» **How to complete this task**
Give back the entries exactly, ending with the "v 2.869 -1.131 -1.6" line.

» **Source material**
* * * * * * * * *

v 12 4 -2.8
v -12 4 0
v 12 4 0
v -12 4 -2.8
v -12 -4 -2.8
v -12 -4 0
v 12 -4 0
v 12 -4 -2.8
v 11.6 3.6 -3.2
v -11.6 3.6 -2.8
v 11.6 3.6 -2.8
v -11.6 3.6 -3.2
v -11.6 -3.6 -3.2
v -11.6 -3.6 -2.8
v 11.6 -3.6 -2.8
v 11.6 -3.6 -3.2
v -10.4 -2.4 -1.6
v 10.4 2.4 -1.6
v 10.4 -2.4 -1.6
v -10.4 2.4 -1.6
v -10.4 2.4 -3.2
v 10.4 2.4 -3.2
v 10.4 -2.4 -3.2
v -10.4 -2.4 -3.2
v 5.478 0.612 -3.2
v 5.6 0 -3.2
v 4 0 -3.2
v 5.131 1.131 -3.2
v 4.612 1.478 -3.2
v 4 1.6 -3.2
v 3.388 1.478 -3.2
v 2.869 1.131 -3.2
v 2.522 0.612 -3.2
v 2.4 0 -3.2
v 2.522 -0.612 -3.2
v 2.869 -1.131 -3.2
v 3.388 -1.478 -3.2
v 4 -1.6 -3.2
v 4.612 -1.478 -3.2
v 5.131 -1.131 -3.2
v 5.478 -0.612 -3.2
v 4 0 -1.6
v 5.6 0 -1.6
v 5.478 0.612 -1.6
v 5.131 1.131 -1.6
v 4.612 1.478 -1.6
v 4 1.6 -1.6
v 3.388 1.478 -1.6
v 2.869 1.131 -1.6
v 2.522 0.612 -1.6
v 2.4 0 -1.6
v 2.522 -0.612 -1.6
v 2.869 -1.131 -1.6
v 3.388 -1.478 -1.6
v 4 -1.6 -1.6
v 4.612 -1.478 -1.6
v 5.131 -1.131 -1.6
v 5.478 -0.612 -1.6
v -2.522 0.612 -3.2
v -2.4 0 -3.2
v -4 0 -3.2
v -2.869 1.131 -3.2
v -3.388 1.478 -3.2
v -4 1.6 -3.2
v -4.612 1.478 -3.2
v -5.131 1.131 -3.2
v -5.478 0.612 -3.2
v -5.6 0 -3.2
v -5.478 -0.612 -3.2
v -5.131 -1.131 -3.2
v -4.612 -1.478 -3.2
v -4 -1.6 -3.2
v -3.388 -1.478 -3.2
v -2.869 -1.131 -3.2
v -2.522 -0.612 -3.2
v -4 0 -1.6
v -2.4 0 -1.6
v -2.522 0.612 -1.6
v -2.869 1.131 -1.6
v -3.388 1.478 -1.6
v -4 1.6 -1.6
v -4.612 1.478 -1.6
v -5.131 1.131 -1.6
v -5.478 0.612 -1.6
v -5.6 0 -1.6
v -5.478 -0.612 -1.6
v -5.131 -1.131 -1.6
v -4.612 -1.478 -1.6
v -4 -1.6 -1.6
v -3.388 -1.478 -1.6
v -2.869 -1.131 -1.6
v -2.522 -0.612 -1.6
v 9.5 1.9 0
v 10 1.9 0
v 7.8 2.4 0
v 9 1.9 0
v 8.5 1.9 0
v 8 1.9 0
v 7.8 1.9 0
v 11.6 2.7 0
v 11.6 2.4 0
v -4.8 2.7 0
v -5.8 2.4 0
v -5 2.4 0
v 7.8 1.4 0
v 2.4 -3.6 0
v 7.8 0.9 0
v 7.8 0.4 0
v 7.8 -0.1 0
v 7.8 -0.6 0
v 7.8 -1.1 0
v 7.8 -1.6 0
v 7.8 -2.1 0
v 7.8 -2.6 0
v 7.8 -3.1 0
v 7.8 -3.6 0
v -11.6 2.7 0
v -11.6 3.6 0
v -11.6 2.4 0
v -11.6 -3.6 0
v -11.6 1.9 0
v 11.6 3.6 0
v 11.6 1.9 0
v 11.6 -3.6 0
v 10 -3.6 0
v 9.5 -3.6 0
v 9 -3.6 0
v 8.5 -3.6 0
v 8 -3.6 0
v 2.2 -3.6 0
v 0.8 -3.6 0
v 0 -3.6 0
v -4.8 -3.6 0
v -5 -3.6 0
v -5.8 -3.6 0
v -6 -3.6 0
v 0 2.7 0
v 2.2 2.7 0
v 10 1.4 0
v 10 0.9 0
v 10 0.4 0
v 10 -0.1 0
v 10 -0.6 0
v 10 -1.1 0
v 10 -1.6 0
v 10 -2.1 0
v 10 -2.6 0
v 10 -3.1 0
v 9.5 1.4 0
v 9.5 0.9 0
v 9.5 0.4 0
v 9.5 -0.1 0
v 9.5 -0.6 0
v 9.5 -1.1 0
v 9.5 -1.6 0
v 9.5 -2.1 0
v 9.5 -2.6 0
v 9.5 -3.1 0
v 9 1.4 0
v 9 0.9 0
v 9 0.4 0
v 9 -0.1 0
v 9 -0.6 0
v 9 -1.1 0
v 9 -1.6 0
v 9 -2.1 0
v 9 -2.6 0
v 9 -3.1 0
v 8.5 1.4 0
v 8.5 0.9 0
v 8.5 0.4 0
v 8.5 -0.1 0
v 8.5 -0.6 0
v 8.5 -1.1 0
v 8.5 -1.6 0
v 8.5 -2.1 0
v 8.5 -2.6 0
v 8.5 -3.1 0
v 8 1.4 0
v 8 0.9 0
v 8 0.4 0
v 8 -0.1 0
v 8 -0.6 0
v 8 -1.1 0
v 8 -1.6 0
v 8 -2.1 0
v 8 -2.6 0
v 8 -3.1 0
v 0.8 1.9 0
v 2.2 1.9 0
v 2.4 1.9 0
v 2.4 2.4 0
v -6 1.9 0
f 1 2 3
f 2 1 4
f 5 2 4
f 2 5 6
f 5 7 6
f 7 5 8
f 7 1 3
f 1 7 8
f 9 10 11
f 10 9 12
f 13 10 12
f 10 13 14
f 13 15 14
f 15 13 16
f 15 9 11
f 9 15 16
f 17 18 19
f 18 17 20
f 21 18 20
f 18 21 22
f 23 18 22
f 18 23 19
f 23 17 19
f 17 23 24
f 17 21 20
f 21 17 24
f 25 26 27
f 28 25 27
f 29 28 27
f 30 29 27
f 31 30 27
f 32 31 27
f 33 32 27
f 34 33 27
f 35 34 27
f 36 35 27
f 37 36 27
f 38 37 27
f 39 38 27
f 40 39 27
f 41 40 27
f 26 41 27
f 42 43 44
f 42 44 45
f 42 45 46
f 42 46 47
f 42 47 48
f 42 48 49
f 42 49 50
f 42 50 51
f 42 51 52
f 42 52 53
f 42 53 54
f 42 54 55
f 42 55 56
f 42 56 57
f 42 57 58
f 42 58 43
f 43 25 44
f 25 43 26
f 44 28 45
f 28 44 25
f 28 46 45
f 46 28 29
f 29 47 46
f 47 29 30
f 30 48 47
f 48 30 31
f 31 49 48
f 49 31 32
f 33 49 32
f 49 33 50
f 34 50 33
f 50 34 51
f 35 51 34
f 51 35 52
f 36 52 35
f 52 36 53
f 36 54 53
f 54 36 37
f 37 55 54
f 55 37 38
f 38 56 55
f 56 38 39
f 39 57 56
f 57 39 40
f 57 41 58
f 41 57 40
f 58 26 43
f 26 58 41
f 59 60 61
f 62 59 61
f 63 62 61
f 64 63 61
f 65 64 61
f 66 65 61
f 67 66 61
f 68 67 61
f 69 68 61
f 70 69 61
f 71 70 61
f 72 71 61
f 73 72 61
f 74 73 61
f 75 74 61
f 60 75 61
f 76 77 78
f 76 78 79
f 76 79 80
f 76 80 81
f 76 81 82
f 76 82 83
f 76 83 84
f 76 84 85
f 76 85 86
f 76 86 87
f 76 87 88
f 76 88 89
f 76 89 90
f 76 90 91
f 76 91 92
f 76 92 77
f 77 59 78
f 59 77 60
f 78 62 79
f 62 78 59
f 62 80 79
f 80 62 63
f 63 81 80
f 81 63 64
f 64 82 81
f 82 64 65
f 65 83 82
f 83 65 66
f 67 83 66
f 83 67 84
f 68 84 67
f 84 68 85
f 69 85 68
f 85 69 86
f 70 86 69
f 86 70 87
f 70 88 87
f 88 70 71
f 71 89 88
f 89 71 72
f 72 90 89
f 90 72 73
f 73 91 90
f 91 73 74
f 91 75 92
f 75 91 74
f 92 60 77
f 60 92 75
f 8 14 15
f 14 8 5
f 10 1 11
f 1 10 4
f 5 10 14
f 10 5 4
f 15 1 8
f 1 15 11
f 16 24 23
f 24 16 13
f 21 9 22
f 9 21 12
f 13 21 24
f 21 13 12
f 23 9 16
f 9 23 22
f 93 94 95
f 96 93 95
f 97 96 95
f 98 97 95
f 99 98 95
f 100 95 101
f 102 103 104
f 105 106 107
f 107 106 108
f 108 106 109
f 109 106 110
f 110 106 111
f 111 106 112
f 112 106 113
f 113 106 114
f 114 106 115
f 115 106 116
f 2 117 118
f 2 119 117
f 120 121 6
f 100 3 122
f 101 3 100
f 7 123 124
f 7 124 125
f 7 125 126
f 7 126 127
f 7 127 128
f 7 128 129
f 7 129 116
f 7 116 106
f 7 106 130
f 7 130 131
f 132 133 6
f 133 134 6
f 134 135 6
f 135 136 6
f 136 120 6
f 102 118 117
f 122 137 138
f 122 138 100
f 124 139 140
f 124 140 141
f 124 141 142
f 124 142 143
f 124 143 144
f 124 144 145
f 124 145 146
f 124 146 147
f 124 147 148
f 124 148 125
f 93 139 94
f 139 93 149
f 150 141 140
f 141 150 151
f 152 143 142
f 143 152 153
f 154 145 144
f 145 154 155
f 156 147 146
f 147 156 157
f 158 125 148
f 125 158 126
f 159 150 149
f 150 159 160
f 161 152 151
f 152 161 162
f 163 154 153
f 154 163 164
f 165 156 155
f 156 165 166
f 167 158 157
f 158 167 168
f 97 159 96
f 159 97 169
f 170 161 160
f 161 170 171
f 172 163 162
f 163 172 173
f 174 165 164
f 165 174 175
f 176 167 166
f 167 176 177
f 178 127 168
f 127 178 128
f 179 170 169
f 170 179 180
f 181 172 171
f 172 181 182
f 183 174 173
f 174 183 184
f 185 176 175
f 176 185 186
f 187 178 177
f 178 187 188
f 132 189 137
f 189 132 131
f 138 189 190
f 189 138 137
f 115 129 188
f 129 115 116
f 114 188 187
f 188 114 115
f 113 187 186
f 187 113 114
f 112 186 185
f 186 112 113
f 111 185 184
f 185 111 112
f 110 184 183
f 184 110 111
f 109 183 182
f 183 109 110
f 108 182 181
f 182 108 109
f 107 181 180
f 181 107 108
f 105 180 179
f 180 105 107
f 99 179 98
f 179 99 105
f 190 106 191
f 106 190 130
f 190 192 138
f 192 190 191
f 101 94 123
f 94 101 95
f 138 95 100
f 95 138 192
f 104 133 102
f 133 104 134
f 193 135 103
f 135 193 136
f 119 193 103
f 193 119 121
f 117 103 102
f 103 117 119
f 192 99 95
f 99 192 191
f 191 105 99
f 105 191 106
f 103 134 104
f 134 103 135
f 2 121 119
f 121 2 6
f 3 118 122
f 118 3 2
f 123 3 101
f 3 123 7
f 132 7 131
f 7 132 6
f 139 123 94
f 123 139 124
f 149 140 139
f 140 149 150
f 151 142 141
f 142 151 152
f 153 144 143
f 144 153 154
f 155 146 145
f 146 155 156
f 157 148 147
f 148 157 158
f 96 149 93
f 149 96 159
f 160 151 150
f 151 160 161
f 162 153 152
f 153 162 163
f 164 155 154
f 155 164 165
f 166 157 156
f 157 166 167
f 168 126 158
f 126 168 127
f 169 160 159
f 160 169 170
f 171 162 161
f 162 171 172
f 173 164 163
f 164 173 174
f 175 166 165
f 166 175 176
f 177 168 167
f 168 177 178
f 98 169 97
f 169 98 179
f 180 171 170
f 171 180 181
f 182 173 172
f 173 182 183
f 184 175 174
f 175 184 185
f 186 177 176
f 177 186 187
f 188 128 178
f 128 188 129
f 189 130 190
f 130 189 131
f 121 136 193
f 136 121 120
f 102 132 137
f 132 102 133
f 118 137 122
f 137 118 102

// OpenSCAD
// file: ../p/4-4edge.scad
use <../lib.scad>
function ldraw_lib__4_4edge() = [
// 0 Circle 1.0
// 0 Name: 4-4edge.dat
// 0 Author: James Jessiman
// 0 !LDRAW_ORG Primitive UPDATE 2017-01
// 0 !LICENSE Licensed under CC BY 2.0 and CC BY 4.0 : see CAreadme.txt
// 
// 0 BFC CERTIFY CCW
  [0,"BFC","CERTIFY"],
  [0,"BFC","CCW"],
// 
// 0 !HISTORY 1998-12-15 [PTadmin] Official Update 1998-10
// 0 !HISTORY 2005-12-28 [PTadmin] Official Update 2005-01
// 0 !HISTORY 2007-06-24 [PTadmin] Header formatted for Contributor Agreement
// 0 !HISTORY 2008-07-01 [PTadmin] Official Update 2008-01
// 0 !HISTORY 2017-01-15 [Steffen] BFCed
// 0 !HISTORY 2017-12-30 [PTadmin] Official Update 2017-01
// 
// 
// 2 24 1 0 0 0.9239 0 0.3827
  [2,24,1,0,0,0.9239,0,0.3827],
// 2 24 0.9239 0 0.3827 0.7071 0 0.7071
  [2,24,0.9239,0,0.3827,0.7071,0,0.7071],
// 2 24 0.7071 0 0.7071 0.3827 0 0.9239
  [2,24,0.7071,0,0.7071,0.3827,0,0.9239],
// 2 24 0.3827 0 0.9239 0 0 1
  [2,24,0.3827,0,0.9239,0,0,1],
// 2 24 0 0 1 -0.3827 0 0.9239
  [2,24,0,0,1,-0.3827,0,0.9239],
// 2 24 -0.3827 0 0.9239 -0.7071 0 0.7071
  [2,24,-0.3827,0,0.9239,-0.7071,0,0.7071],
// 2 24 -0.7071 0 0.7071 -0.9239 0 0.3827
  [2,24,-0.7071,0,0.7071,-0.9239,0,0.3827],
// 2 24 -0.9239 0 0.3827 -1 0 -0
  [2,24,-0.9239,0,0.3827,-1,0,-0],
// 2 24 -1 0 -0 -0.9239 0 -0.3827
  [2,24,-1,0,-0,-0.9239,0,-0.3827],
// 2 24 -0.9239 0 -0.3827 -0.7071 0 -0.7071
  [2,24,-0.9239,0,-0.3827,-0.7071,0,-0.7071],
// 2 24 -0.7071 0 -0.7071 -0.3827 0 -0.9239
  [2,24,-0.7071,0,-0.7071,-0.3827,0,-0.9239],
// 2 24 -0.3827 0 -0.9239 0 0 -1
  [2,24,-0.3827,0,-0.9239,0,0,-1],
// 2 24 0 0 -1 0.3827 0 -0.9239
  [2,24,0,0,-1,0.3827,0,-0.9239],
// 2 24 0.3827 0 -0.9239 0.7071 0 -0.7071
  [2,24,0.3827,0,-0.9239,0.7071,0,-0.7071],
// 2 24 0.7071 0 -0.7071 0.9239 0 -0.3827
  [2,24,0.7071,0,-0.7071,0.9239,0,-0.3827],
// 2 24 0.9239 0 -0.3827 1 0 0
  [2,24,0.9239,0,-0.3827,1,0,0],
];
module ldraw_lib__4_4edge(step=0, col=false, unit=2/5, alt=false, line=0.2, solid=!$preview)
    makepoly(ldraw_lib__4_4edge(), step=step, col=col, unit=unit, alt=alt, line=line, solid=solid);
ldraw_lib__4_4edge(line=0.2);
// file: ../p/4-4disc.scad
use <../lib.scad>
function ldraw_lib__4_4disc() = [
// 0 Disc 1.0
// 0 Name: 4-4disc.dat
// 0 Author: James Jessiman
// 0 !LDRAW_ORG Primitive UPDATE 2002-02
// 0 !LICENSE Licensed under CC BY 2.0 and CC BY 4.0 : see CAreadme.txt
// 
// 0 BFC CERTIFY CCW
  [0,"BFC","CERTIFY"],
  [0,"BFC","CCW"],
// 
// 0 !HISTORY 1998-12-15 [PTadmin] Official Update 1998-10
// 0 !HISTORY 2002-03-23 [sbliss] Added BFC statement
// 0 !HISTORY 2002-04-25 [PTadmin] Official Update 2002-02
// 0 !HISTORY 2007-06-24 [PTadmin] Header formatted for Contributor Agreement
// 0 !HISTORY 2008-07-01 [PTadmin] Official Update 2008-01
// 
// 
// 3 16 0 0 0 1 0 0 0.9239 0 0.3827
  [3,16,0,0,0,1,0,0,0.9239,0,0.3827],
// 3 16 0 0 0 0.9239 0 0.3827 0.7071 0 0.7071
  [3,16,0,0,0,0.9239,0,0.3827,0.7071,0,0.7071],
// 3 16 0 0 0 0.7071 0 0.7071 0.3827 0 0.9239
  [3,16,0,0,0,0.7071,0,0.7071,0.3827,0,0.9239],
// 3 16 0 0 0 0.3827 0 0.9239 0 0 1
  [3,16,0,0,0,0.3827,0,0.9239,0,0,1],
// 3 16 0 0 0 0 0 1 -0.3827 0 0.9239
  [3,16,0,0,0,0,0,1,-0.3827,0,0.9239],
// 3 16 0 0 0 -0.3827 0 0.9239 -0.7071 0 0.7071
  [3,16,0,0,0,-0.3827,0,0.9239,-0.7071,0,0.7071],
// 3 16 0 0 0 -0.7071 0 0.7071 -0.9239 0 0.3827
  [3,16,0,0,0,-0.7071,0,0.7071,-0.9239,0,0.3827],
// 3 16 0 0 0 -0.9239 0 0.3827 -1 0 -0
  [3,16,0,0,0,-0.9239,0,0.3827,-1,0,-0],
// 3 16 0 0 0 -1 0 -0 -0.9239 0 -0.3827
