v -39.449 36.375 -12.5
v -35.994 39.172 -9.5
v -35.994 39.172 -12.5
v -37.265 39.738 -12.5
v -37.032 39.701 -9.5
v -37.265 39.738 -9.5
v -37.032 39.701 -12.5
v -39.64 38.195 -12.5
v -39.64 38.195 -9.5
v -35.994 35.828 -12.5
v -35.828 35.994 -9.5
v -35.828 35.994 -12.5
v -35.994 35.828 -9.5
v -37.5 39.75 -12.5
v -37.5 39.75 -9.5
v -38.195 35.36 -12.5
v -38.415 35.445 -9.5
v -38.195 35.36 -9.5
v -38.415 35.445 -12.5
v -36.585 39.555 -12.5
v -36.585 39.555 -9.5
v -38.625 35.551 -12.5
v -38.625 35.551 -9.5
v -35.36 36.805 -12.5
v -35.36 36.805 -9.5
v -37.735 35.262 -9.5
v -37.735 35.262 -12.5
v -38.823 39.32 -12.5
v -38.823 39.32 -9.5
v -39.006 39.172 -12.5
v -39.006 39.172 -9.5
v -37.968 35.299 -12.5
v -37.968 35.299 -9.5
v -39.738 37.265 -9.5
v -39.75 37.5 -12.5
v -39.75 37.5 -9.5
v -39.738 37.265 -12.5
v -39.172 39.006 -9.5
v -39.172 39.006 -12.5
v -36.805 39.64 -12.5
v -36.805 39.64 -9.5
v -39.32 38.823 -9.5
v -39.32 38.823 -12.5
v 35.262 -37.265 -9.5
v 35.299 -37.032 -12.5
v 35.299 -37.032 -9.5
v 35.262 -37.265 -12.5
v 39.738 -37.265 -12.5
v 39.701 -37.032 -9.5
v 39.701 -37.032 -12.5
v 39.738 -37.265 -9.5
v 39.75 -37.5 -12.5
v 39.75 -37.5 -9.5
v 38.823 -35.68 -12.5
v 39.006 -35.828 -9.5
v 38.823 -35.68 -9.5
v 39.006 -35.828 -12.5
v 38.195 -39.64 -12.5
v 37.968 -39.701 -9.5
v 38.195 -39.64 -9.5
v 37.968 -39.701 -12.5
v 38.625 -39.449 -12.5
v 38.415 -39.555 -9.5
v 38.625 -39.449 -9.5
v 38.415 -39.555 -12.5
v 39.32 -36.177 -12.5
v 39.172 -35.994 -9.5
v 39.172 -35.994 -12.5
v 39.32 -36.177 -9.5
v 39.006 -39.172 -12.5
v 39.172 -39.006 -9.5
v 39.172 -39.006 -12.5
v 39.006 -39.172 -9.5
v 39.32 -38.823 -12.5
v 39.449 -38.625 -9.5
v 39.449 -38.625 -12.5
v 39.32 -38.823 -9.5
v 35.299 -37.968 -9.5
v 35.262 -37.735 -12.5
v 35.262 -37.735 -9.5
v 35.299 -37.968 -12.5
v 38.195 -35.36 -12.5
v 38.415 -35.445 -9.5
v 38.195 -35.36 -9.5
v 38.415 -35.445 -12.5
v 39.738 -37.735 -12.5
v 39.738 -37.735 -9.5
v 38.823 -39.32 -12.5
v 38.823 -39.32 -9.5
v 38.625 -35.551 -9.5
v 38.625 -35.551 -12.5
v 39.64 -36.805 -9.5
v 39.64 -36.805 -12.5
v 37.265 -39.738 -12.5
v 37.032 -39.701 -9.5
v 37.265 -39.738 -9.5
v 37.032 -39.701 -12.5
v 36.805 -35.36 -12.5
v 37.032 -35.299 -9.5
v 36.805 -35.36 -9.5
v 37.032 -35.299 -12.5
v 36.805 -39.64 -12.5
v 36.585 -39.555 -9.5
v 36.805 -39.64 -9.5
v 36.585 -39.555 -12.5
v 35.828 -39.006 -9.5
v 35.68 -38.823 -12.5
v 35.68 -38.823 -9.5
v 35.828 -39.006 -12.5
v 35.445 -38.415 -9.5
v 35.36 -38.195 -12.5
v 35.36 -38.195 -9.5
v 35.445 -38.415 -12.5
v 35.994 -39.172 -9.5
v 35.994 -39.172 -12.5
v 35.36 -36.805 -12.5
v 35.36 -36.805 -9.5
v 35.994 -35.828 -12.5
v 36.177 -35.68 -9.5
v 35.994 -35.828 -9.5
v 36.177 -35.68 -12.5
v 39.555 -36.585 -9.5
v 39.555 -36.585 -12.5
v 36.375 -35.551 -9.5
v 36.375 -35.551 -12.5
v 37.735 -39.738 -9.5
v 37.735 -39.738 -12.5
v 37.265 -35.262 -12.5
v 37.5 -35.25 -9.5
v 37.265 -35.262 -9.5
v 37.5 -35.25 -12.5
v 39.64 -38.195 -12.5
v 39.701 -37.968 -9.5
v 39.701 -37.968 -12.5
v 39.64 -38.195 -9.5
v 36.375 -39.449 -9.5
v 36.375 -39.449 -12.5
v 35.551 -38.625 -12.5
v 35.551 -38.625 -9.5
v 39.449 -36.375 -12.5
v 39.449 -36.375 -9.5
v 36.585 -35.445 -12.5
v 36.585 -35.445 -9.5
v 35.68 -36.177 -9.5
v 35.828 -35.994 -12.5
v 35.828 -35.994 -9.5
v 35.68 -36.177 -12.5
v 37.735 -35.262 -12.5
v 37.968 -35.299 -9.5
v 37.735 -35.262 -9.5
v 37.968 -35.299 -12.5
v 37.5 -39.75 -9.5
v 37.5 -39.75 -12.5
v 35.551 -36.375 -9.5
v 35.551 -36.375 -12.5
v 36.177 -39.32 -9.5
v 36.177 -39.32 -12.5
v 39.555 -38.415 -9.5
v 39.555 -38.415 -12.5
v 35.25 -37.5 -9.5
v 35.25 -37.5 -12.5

* * * * * * * * *

» **Answer area**
v 12 4 -2.8
v -12 4 0
v 12 4 0
v -12 4 -2.8
v -12 -4 -2.8
v -12 -4 0
v 12 -4 0
v 12 -4 -2.8
v 11.6 3.6 -3.2
v -11.6 3.6 -2.8
v 11.6 3.6 -2.8
v -11.6 3.6 -3.2
v -11.6 -3.6 -3.2
v -11.6 -3.6 -2.8
v 11.6 -3.6 -2.8
v 11.6 -3.6 -3.2
v -10.4 -2.4 -1.6
v 10.4 2.4 -1.6
v 10.4 -2.4 -1.6
v -10.4 2.4 -1.6
v -10.4 2.4 -3.2
v 10.4 2.4 -3.2
v 10.4 -2.4 -3.2
v -10.4 -2.4 -3.2
v 5.478 0.612 -3.2
v 5.6 0 -3.2
v 4 0 -3.2
v 5.131 1.131 -3.2
v 4.612 1.478 -3.2
v 4 1.6 -3.2
v 3.388 1.478 -3.2
v 2.869 1.131 -3.2
v 2.522 0.612 -3.2
v 2.4 0 -3.2
v 2.522 -0.612 -3.2
v 2.869 -1.131 -3.2
v 3.388 -1.478 -3.2
v 4 -1.6 -3.2
v 4.612 -1.478 -3.2
v 5.131 -1.131 -3.2
v 5.478 -0.612 -3.2
v 4 0 -1.6
v 5.6 0 -1.6
v 5.478 0.612 -1.6
v 5.131 1.131 -1.6
v 4.612 1.478 -1.6
v 4 1.6 -1.6
v 3.388 1.478 -1.6
v 2.869 1.131 -1.6
v 2.522 0.612 -1.6
v 2.4 0 -1.6
v 2.522 -0.612 -1.6
v 2.869 -1.131 -1.6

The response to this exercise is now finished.